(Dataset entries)
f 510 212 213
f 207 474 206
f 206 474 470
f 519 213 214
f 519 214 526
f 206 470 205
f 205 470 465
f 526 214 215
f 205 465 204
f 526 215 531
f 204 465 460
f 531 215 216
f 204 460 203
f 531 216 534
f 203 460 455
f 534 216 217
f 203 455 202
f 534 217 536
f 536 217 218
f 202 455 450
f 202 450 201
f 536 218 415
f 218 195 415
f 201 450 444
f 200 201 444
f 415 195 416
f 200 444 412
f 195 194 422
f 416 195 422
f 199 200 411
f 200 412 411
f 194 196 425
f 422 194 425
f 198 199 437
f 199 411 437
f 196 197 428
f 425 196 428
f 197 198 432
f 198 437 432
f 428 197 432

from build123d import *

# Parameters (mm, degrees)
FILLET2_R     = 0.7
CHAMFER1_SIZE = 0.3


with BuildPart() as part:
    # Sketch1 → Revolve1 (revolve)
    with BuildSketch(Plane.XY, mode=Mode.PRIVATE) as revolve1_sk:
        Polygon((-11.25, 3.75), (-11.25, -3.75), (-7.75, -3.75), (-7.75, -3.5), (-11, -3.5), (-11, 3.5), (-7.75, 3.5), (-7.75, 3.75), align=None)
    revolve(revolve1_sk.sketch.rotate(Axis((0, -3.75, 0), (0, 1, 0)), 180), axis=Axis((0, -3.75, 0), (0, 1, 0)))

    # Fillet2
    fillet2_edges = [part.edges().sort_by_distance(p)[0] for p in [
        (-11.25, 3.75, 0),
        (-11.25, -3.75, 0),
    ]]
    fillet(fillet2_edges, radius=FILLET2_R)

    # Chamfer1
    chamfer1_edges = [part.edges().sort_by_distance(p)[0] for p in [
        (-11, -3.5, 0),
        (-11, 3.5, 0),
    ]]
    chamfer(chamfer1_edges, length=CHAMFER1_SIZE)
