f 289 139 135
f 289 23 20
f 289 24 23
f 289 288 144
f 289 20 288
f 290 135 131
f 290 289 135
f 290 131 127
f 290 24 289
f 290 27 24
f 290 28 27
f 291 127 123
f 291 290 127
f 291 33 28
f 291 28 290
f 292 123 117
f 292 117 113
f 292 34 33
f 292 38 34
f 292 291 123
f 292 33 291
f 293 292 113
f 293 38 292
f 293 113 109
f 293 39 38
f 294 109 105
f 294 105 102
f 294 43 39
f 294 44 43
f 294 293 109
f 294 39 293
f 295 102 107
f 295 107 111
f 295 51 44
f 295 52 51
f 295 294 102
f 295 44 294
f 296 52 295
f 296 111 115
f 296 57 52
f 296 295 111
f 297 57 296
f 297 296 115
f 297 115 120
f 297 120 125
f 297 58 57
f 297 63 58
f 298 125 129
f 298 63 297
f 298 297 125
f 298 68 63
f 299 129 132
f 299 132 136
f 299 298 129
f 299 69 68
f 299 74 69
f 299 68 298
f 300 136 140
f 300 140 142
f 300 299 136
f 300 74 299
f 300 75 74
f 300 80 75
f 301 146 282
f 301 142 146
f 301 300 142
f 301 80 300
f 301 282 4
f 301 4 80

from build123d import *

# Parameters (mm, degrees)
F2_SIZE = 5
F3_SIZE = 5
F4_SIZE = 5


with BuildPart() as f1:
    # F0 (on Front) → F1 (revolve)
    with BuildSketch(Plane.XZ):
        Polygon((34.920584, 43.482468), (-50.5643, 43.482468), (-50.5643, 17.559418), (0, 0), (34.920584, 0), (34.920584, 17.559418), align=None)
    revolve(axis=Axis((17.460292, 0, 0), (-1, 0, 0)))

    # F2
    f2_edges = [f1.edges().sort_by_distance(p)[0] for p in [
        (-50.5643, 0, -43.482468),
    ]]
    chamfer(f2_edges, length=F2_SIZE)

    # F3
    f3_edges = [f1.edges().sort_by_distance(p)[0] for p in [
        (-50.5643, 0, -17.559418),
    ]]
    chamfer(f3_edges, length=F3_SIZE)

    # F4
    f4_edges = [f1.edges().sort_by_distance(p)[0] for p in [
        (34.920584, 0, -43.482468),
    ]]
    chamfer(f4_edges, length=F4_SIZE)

Exercise:
Please give an exact copy of the entries above, from the line with "f 291 33 28" down to the line with "f 295 294 102", inclusive, and nothing else.

Reply to the task:
f 291 33 28
f 291 28 290
f 292 123 117
f 292 117 113
f 292 34 33
f 292 38 34
f 292 291 123
f 292 33 291
f 293 292 113
f 293 38 292
f 293 113 109
f 293 39 38
f 294 109 105
f 294 105 102
f 294 43 39
f 294 44 43
f 294 293 109
f 294 39 293
f 295 102 107
f 295 107 111
f 295 51 44
f 295 52 51
f 295 294 102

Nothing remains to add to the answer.